----- SOURCE DATA -----
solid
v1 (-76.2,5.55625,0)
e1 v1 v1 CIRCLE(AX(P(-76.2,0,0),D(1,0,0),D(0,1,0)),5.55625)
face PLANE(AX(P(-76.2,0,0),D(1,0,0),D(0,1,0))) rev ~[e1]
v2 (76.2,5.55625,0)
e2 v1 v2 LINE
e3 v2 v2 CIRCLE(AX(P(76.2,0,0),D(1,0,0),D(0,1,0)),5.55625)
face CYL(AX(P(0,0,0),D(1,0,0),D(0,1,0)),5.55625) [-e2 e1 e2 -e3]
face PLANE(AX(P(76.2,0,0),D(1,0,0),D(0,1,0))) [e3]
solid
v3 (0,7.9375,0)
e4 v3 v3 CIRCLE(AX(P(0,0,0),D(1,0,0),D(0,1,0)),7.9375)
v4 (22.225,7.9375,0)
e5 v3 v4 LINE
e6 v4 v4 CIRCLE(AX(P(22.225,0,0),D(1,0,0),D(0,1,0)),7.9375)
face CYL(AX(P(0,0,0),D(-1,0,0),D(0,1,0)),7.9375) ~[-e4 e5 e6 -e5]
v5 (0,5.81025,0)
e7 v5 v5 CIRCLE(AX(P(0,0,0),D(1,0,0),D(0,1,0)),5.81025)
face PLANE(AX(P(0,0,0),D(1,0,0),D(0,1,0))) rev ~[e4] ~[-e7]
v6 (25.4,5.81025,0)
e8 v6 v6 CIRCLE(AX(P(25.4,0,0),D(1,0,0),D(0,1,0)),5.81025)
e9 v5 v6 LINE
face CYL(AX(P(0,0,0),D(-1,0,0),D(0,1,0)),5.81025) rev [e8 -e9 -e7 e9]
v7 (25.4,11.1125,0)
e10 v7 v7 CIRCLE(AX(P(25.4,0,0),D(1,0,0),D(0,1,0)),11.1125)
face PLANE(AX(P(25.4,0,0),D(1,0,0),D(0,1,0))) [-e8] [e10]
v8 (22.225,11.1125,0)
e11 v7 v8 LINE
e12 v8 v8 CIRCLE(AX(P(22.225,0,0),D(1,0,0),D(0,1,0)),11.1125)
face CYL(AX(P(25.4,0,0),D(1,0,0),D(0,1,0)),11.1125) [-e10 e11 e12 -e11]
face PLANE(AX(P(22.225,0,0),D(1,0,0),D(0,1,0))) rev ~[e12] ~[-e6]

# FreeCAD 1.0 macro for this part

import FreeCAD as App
import Part
import Sketcher
from FreeCAD import Vector
Q = App.Units.Quantity

doc = App.newDocument("Part")
params = doc.addObject("Spreadsheet::Sheet", "Params")
for row, (alias, value) in enumerate([
    ("sketch1_diameter", "0.4375 in"),
    ("pad1_length", "6 in"),
    ("sketch2_diameter", "0.625 in"),
    ("pad2_length", "1 in"),
    ("sketch3_diameter", "0.875 in"),
    ("sketch3_diameter2", "0.625 in"),
    ("pad3_length", "0.125 in"),
], start=1):
    params.set(f"A{row}", alias)
    params.set(f"B{row}", "=" + value)
    params.setAlias(f"B{row}", alias)

body = doc.addObject("PartDesign::Body", "Body")

sketch1 = body.newObject("Sketcher::SketchObject", "Sketch")
sketch1.AttachmentSupport = (doc.getObject("YZ_Plane"), [""])
sketch1.MapMode = "FlatFace"
sketch1.addGeometry(Part.Circle(Vector(0, 0, 0), Vector(0, 0, 1), 5.55625), False)
sketch1.addConstraint([
    Sketcher.Constraint("Coincident", 0, 3, -1, 1),
    Sketcher.Constraint("Diameter", 0, Q("0.4375 in")),
])
sketch1.setExpression("Constraints[1]", "Params.sketch1_diameter")
pad1 = body.newObject("PartDesign::Pad", "Pad")
pad1.Profile = sketch1
pad1.setExpression("Length", "Params.pad1_length")
pad1.Midplane = True
body2 = doc.addObject("PartDesign::Body", "Body001")

sketch2 = body2.newObject("Sketcher::SketchObject", "Sketch001")
sketch2.AttachmentSupport = (doc.getObject("YZ_Plane001"), [""])
sketch2.MapMode = "FlatFace"
sketch2.addGeometry([
    Part.Circle(Vector(0, 0, 0), Vector(0, 0, 1), 7.9375),
    Part.Circle(Vector(0, 0, 0), Vector(0, 0, 1), 5.81025),
], False)
sketch2.addConstraint([
    Sketcher.Constraint("Coincident", 0, 3, -1, 1),
    Sketcher.Constraint("Coincident", 1, 3, -1, 1),
    Sketcher.Constraint("Diameter", 0, Q("0.625 in")),
    Sketcher.Constraint("Diameter", 1, Q("0.4575 in")),
])
sketch2.setExpression("Constraints[2]", "Params.sketch2_diameter")
pad2 = body2.newObject("PartDesign::Pad", "Pad001")
pad2.Profile = sketch2
pad2.setExpression("Length", "Params.pad2_length")

sketch3 = body2.newObject("Sketcher::SketchObject", "Sketch002")
sketch3.AttachmentSupport = (doc.getObject("YZ_Plane001"), [""])
sketch3.MapMode = "FlatFace"
sketch3.AttachmentOffset = App.Placement(Vector(0, 0, 1 * 25.4), App.Rotation())
sketch3.addGeometry([
    Part.Circle(Vector(0, 0, 0), Vector(0, 0, 1), 11.1125),
    Part.Circle(Vector(0, 0, 0), Vector(0, 0, 1), 7.9375),
], False)
sketch3.addConstraint([
    Sketcher.Constraint("Coincident", 0, 3, -1, 1),
    Sketcher.Constraint("Coincident", 1, 3, -1, 1),
    Sketcher.Constraint("Diameter", 0, Q("0.875 in")),
    Sketcher.Constraint("Diameter", 1, Q("0.625 in")),
])
sketch3.setExpression("Constraints[2]", "Params.sketch3_diameter")
sketch3.setExpression("Constraints[3]", "Params.sketch3_diameter2")
pad3 = body2.newObject("PartDesign::Pad", "Pad002")
pad3.Profile = sketch3
pad3.setExpression("Length", "Params.pad3_length")
pad3.Reversed = True

doc.recompute()
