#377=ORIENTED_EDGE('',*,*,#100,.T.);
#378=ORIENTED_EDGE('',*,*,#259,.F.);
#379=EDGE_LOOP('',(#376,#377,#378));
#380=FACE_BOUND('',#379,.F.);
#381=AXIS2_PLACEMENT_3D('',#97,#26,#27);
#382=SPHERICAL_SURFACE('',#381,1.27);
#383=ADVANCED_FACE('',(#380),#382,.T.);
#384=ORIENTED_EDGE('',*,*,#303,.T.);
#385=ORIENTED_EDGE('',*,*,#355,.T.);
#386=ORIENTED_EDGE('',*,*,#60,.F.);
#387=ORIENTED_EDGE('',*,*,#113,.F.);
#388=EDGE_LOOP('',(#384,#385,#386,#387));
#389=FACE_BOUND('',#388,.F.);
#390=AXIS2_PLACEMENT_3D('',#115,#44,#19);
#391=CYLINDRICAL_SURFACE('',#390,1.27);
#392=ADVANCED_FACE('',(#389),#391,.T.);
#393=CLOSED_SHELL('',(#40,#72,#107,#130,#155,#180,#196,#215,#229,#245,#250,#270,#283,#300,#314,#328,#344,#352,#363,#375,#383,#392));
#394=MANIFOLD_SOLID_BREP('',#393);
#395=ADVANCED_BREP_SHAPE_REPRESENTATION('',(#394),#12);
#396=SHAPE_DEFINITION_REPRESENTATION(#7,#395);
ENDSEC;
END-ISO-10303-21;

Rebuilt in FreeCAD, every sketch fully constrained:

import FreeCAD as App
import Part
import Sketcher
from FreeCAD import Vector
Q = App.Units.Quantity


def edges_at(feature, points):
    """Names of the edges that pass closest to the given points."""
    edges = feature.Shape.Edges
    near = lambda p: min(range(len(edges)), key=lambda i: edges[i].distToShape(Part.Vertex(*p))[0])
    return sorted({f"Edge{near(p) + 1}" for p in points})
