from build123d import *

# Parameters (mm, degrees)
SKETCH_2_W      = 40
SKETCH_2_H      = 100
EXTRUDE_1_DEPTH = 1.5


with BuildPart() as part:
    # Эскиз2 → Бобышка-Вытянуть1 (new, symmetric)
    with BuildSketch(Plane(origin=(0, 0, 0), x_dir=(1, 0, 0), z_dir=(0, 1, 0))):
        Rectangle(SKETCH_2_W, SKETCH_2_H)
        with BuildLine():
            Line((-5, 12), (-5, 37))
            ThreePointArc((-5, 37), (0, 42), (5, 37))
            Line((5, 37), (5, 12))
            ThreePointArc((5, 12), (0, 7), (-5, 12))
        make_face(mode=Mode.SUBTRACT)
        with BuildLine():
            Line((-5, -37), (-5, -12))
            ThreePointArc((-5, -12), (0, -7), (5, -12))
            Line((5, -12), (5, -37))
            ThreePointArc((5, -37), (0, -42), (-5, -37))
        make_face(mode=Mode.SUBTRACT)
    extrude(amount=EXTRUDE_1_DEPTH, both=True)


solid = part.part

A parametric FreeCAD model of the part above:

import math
import FreeCAD as App
import Part
import Sketcher
Q = App.Units.Quantity

doc = App.newDocument("Part")
body = doc.addObject("PartDesign::Body", "Body")

# Sketch on XZ plane
sketch1 = body.newObject("Sketcher::SketchObject", "Sketch")
sketch1.AttachmentSupport = (doc.getObject("XZ_Plane"), [""])
sketch1.MapMode = "FlatFace"
sketch1.addGeometry(Part.LineSegment(App.Vector(-20, -50, 0), App.Vector(-20, 50, 0)), False)
sketch1.addGeometry(Part.LineSegment(App.Vector(-20, 50, 0), App.Vector(20, 50, 0)), False)
sketch1.addGeometry(Part.LineSegment(App.Vector(20, 50, 0), App.Vector(20, -50, 0)), False)
sketch1.addGeometry(Part.LineSegment(App.Vector(20, -50, 0), App.Vector(-20, -50, 0)), False)
sketch1.addGeometry(Part.ArcOfCircle(Part.Circle(App.Vector(0, 37, 0), App.Vector(0, 0, 1), 5), math.radians(0), math.radians(180)), False)
sketch1.addGeometry(Part.LineSegment(App.Vector(-5, 37, 0), App.Vector(-5, 12, 0)), False)
sketch1.addGeometry(Part.ArcOfCircle(Part.Circle(App.Vector(0, 12, 0), App.Vector(0, 0, 1), 5), math.radians(180), math.radians(360)), False)
sketch1.addGeometry(Part.LineSegment(App.Vector(5, 12, 0), App.Vector(5, 37, 0)), False)
sketch1.addGeometry(Part.ArcOfCircle(Part.Circle(App.Vector(0, -12, 0), App.Vector(0, 0, 1), 5), math.radians(0), math.radians(180)), False)
sketch1.addGeometry(Part.LineSegment(App.Vector(-5, -12, 0), App.Vector(-5, -37, 0)), False)
sketch1.addGeometry(Part.ArcOfCircle(Part.Circle(App.Vector(0, -37, 0), App.Vector(0, 0, 1), 5), math.radians(180), math.radians(360)), False)
sketch1.addGeometry(Part.LineSegment(App.Vector(5, -37, 0), App.Vector(5, -12, 0)), False)
sketch1.addConstraint(Sketcher.Constraint("Coincident", 0, 2, 1, 1))
sketch1.addConstraint(Sketcher.Constraint("Coincident", 1, 2, 2, 1))
sketch1.addConstraint(Sketcher.Constraint("Coincident", 2, 2, 3, 1))
sketch1.addConstraint(Sketcher.Constraint("Coincident", 3, 2, 0, 1))
sketch1.addConstraint(Sketcher.Constraint("Tangent", 4, 2, 5, 1))
sketch1.addConstraint(Sketcher.Constraint("Tangent", 5, 2, 6, 1))
sketch1.addConstraint(Sketcher.Constraint("Tangent", 6, 2, 7, 1))
sketch1.addConstraint(Sketcher.Constraint("Tangent", 7, 2, 4, 1))
sketch1.addConstraint(Sketcher.Constraint("Tangent", 8, 2, 9, 1))
sketch1.addConstraint(Sketcher.Constraint("Tangent", 9, 2, 10, 1))
sketch1.addConstraint(Sketcher.Constraint("Tangent", 10, 2, 11, 1))
sketch1.addConstraint(Sketcher.Constraint("Tangent", 11, 2, 8, 1))
sketch1.addConstraint(Sketcher.Constraint("Vertical", 0))
sketch1.addConstraint(Sketcher.Constraint("Horizontal", 1))
sketch1.addConstraint(Sketcher.Constraint("Vertical", 2))
sketch1.addConstraint(Sketcher.Constraint("Horizontal", 3))
sketch1.addConstraint(Sketcher.Constraint("Vertical", 5))
sketch1.addConstraint(Sketcher.Constraint("Vertical", 7))
sketch1.addConstraint(Sketcher.Constraint("Vertical", 9))
sketch1.addConstraint(Sketcher.Constraint("Vertical", 11))
sketch1.addConstraint(Sketcher.Constraint("Equal", 6, 8))
sketch1.addConstraint(Sketcher.Constraint("Symmetric", 6, 3, 8, 3, -1, 1))
sketch1.addConstraint(Sketcher.Constraint("Symmetric", 0, 2, 2, 2, -1, 1))
sketch1.addConstraint(Sketcher.Constraint("Symmetric", 4, 3, 10, 3, -1))
sketch1.addConstraint(Sketcher.Constraint("Radius", 4, Q("5 mm")))
sketch1.addConstraint(Sketcher.Constraint("DistanceX", 1, 1, 1, 2, Q("40 mm")))
sketch1.addConstraint(Sketcher.Constraint("DistanceY", 0, 1, 0, 2, Q("100 mm")))
sketch1.addConstraint(Sketcher.Constraint("DistanceY", 5, 2, 5, 1, Q("25 mm")))
sketch1.addConstraint(Sketcher.Constraint("DistanceY", -1, 1, 4, 3, Q("37 mm")))
pad1 = body.newObject("PartDesign::Pad", "Pad")
pad1.Profile = sketch1
pad1.Length = 3
pad1.Midplane = True

doc.recompute()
-----
**PROBLEM TO WORK ON**
Reproduce word for word the lines of the records above, beginning at the first and ending with the line where "e3 v2 v2 CIRCLE(AX(P(76.2,0,0),D(1,0,0),D(0,1,0)),5.55625)" appears, and nothing past it.

**REPLY**
solid
v1 (-76.2,5.55625,0)
e1 v1 v1 CIRCLE(AX(P(-76.2,0,0),D(1,0,0),D(0,1,0)),5.55625)
face PLANE(AX(P(-76.2,0,0),D(1,0,0),D(0,1,0))) rev ~[e1]
v2 (76.2,5.55625,0)
e2 v1 v2 LINE
e3 v2 v2 CIRCLE(AX(P(76.2,0,0),D(1,0,0),D(0,1,0)),5.55625)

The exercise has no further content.